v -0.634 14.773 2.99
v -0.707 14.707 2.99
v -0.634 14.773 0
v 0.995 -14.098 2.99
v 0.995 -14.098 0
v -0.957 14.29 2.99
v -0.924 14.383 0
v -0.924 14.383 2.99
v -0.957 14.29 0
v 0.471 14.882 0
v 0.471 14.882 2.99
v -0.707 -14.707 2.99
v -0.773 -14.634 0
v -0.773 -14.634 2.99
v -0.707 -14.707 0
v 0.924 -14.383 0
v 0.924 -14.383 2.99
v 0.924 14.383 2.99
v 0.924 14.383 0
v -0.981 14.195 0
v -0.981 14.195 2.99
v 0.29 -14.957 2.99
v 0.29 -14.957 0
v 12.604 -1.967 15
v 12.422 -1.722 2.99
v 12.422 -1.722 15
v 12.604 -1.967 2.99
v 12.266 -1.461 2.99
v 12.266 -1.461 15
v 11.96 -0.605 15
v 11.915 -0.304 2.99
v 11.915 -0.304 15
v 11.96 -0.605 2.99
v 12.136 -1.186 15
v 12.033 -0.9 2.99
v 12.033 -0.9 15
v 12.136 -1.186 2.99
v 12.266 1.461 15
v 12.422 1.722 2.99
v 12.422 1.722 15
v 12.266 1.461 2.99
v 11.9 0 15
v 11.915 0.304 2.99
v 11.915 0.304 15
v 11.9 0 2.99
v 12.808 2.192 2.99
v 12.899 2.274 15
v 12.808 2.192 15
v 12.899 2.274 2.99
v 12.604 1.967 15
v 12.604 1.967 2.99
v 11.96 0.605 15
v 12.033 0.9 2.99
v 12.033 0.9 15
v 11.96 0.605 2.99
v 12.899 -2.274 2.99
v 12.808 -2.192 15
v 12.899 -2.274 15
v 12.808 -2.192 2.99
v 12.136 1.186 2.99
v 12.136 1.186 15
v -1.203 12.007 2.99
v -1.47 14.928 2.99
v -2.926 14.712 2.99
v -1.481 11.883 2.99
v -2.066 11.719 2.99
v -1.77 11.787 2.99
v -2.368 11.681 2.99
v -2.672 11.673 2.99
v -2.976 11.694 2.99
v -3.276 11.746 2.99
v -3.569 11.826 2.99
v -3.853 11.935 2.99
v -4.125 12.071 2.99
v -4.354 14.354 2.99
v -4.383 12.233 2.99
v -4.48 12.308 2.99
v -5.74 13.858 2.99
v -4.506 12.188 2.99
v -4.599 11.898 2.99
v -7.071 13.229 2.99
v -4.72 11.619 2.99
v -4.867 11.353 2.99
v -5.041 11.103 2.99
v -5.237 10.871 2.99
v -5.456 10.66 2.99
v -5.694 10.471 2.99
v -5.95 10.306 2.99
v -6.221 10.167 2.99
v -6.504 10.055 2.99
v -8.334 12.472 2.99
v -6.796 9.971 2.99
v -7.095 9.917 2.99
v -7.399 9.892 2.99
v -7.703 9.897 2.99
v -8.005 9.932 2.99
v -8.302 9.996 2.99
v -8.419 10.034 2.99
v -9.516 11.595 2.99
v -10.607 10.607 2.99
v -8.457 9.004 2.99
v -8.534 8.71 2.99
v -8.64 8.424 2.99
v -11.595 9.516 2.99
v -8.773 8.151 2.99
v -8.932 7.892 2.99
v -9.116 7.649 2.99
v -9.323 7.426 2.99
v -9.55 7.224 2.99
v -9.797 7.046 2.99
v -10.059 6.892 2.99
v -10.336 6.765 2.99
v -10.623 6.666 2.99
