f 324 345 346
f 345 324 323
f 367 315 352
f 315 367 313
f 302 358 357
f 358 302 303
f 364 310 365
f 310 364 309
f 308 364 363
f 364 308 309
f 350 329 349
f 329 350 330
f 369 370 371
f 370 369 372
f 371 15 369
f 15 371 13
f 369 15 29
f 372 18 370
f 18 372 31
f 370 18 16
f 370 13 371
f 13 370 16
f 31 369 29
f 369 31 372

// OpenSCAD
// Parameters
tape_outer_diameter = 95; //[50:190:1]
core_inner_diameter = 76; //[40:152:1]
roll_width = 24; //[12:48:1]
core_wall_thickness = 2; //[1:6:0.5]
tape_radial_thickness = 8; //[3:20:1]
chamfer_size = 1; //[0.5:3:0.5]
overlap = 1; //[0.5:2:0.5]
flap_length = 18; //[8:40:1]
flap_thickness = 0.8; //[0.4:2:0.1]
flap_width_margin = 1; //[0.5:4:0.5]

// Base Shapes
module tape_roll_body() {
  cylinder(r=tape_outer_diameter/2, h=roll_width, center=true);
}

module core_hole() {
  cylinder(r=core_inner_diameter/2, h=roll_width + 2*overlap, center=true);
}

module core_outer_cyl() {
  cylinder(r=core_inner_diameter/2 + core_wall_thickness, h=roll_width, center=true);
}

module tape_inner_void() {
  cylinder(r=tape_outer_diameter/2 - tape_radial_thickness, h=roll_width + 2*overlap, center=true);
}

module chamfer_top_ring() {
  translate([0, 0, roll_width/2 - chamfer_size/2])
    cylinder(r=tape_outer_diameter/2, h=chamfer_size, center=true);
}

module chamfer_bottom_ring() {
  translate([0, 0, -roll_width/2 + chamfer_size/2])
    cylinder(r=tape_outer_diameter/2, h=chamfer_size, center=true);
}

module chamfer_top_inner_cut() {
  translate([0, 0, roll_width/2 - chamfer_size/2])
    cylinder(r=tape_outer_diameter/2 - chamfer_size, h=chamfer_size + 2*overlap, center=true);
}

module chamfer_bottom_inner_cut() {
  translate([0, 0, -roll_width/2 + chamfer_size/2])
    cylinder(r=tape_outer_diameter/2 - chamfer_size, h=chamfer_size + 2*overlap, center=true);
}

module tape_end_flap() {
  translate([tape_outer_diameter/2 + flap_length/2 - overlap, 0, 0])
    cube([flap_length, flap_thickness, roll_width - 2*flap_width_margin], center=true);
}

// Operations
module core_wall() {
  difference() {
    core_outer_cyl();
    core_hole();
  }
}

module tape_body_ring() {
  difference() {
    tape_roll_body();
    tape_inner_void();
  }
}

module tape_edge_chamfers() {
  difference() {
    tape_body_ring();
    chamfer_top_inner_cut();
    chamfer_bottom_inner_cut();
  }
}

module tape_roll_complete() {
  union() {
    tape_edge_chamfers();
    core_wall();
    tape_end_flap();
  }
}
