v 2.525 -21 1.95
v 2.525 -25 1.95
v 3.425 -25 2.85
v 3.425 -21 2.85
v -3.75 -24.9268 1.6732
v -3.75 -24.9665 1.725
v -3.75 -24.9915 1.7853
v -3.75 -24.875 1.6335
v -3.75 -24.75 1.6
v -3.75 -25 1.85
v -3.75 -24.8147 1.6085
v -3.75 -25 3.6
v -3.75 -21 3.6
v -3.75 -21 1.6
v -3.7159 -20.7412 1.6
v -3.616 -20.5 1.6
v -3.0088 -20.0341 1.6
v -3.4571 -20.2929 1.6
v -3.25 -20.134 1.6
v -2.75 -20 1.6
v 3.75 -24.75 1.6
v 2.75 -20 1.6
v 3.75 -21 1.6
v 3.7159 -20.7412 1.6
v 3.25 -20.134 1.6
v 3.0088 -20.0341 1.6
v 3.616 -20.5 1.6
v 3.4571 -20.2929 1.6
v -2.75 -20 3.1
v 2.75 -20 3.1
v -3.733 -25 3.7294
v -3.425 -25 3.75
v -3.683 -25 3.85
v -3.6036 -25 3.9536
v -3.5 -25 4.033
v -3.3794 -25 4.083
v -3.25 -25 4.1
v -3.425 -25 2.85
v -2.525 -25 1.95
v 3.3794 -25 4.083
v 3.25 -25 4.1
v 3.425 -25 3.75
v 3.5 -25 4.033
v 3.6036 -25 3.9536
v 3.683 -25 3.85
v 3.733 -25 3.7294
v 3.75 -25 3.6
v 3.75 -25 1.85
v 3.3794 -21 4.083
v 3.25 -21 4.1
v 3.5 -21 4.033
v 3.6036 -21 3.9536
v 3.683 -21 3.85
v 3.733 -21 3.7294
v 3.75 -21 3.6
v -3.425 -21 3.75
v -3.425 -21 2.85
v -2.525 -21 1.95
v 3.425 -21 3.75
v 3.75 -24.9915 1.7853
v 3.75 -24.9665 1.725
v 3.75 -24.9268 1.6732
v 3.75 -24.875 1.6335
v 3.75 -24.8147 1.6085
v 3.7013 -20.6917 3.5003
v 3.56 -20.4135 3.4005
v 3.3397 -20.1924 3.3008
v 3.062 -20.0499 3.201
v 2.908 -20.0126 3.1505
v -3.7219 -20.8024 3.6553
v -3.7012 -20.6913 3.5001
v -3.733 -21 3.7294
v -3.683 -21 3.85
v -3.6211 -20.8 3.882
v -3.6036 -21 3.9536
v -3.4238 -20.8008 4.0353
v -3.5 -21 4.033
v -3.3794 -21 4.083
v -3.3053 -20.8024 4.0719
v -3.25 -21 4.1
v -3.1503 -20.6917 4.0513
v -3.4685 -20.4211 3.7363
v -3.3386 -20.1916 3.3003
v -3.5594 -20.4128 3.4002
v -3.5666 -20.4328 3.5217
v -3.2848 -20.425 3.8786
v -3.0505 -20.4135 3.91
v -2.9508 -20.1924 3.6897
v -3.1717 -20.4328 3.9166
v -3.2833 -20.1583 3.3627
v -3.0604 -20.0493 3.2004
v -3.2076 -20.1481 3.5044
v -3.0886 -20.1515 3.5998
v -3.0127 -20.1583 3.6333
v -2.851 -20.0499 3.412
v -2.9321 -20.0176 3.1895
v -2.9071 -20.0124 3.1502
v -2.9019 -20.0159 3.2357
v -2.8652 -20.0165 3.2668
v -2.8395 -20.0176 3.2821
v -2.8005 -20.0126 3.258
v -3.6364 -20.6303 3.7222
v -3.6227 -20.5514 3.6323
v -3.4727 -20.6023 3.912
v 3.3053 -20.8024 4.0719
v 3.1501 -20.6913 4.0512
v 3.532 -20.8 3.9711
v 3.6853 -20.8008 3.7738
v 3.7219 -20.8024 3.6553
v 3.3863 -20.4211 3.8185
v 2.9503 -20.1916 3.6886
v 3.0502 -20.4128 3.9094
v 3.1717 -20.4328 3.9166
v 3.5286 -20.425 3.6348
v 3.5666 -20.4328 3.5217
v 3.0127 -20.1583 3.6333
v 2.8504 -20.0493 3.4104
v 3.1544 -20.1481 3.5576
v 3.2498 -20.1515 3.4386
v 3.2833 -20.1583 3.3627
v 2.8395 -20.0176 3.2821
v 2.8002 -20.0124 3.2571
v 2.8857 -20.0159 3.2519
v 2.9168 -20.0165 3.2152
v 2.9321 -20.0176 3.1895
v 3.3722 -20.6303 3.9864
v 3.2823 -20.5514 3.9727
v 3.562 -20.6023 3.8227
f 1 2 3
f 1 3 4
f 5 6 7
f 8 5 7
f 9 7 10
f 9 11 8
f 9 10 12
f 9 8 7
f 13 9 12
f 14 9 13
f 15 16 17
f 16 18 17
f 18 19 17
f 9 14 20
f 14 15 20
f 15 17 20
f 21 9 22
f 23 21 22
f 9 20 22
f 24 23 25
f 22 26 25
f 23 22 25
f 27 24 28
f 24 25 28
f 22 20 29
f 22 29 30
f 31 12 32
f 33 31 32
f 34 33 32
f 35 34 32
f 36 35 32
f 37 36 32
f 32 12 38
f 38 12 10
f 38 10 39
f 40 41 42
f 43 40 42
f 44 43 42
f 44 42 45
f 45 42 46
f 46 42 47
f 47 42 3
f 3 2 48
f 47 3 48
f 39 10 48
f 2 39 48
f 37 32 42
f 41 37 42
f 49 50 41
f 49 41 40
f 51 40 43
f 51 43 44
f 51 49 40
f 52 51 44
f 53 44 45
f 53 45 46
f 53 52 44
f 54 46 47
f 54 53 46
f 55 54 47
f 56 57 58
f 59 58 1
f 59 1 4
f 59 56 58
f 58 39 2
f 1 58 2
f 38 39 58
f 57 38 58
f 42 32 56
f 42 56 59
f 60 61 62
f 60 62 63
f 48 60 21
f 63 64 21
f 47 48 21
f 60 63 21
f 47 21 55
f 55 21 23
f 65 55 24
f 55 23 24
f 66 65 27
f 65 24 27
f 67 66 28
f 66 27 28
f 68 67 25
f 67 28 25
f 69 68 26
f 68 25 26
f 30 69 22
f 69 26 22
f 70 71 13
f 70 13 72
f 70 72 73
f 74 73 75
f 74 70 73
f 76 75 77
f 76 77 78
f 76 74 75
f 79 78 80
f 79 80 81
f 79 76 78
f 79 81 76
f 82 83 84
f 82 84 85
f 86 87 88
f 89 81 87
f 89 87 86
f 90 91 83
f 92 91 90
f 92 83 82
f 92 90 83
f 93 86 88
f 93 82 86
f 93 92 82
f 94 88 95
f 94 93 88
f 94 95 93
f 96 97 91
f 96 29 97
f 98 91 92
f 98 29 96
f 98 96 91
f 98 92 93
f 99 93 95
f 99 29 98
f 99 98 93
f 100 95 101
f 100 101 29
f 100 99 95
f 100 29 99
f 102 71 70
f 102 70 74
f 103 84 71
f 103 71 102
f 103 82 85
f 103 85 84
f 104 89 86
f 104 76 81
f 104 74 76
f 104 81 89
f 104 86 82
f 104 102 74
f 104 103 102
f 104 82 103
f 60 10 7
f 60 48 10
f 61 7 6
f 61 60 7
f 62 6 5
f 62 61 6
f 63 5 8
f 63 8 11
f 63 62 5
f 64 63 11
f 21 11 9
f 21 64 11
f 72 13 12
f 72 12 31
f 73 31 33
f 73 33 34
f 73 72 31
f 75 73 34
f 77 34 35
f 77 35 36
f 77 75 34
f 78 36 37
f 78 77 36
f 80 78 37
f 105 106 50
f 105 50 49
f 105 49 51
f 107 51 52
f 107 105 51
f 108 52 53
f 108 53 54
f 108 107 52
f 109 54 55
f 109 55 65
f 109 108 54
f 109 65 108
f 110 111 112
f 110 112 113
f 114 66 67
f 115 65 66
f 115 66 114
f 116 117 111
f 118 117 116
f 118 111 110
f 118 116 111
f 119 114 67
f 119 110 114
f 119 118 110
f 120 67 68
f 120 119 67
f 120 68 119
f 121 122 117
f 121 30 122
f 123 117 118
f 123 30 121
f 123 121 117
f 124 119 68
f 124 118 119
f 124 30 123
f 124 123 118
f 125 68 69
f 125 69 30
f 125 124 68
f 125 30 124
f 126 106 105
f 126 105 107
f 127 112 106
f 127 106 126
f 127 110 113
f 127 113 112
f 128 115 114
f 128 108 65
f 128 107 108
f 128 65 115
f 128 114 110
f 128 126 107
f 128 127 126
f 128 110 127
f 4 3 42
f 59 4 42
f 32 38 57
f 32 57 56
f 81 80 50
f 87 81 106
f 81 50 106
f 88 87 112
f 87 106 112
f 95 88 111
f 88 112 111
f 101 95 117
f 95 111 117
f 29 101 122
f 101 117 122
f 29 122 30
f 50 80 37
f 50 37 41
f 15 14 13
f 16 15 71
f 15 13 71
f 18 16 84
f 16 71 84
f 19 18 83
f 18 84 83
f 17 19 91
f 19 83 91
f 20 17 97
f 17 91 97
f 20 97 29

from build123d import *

# Parameters (mm, degrees)
SKETCH007_W     = 7.5
SKETCH007_H     = 5
PAD006_DEPTH    = 2.5
SKETCH008_W     = 6.85
SKETCH008_H     = 1.8
POCKET001_DEPTH = 4
FILLET_R        = 0.5
CHAMFER003_SIZE = 0.9
FILLET001_R     = 0.25
FILLET002_R     = 1


with BuildPart() as part:
    # Sketch007 (on Face1 of CopyPad003) → Pad006 (new body)
    with BuildSketch(Plane.XY.offset(1.6)):
        with Locations((0, -25.5)):
            Rectangle(SKETCH007_W, SKETCH007_H)
    extrude(amount=PAD006_DEPTH)

    # Sketch008 (on Face1 of Pad006) → Pocket001 (cut)
    with BuildSketch(Plane(origin=(0, -28, 1.6), x_dir=(1, 0, 0), z_dir=(0, -1, 0))):
        with Locations((0, 1.25)):
            Rectangle(SKETCH008_W, SKETCH008_H)
    extrude(amount=-POCKET001_DEPTH, mode=Mode.SUBTRACT)

    # Fillet
    fillet_edges = [part.edges().sort_by_distance(p)[0] for p in [
        (-3.75, -25.5, 4.1),
        (3.75, -25.5, 4.1),
    ]]
    fillet(fillet_edges, radius=FILLET_R)

    # Chamfer003
    chamfer003_edges = [part.edges().sort_by_distance(p)[0] for p in [
        (3.425, -26, 1.95),
        (-3.425, -26, 1.95),
    ]]
    chamfer(chamfer003_edges, length=CHAMFER003_SIZE)

    # Fillet001
    fillet001_edges = [part.edges().sort_by_distance(p)[0] for p in [
        (0, -28, 1.6),
    ]]
    fillet(fillet001_edges, radius=FILLET001_R)

    # Fillet002
    fillet002_edges = [part.edges().sort_by_distance(p)[0] for p in [
        (0, -23, 4.1),
    ]]
    fillet(fillet002_edges, radius=FILLET002_R)


with BuildPart() as part_1:
    # Body006 placement: moved
    add(part.part.moved(Location((0, 3, 0))))


solid = part_1.part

────

All lines in the listing above from the line containing "tape_edge_chamfers();" to the line containing "v -3.5 -21 4.033", inclusive, should be retyped exactly; no other lines should appear.

    tape_edge_chamfers();
    core_wall();
    tape_end_flap();
  }
}
v 2.525 -21 1.95
v 2.525 -25 1.95
v 3.425 -25 2.85
v 3.425 -21 2.85
v -3.75 -24.9268 1.6732
v -3.75 -24.9665 1.725
v -3.75 -24.9915 1.7853
v -3.75 -24.875 1.6335
v -3.75 -24.75 1.6
v -3.75 -25 1.85
v -3.75 -24.8147 1.6085
v -3.75 -25 3.6
v -3.75 -21 3.6
v -3.75 -21 1.6
v -3.7159 -20.7412 1.6
v -3.616 -20.5 1.6
v -3.0088 -20.0341 1.6
v -3.4571 -20.2929 1.6
v -3.25 -20.134 1.6
v -2.75 -20 1.6
v 3.75 -24.75 1.6
v 2.75 -20 1.6
v 3.75 -21 1.6
v 3.7159 -20.7412 1.6
v 3.25 -20.134 1.6
v 3.0088 -20.0341 1.6
v 3.616 -20.5 1.6
v 3.4571 -20.2929 1.6
v -2.75 -20 3.1
v 2.75 -20 3.1
v -3.733 -25 3.7294
v -3.425 -25 3.75
v -3.683 -25 3.85
v -3.6036 -25 3.9536
v -3.5 -25 4.033
v -3.3794 -25 4.083
v -3.25 -25 4.1
v -3.425 -25 2.85
v -2.525 -25 1.95
v 3.3794 -25 4.083
v 3.25 -25 4.1
v 3.425 -25 3.75
v 3.5 -25 4.033
v 3.6036 -25 3.9536
v 3.683 -25 3.85
v 3.733 -25 3.7294
v 3.75 -25 3.6
v 3.75 -25 1.85
v 3.3794 -21 4.083
v 3.25 -21 4.1
v 3.5 -21 4.033
v 3.6036 -21 3.9536
v 3.683 -21 3.85
v 3.733 -21 3.7294
v 3.75 -21 3.6
v -3.425 -21 3.75
v -3.425 -21 2.85
v -2.525 -21 1.95
v 3.425 -21 3.75
v 3.75 -24.9915 1.7853
v 3.75 -24.9665 1.725
v 3.75 -24.9268 1.6732
v 3.75 -24.875 1.6335
v 3.75 -24.8147 1.6085
v 3.7013 -20.6917 3.5003
v 3.56 -20.4135 3.4005
v 3.3397 -20.1924 3.3008
v 3.062 -20.0499 3.201
v 2.908 -20.0126 3.1505
v -3.7219 -20.8024 3.6553
v -3.7012 -20.6913 3.5001
v -3.733 -21 3.7294
v -3.683 -21 3.85
v -3.6211 -20.8 3.882
v -3.6036 -21 3.9536
v -3.4238 -20.8008 4.0353
v -3.5 -21 4.033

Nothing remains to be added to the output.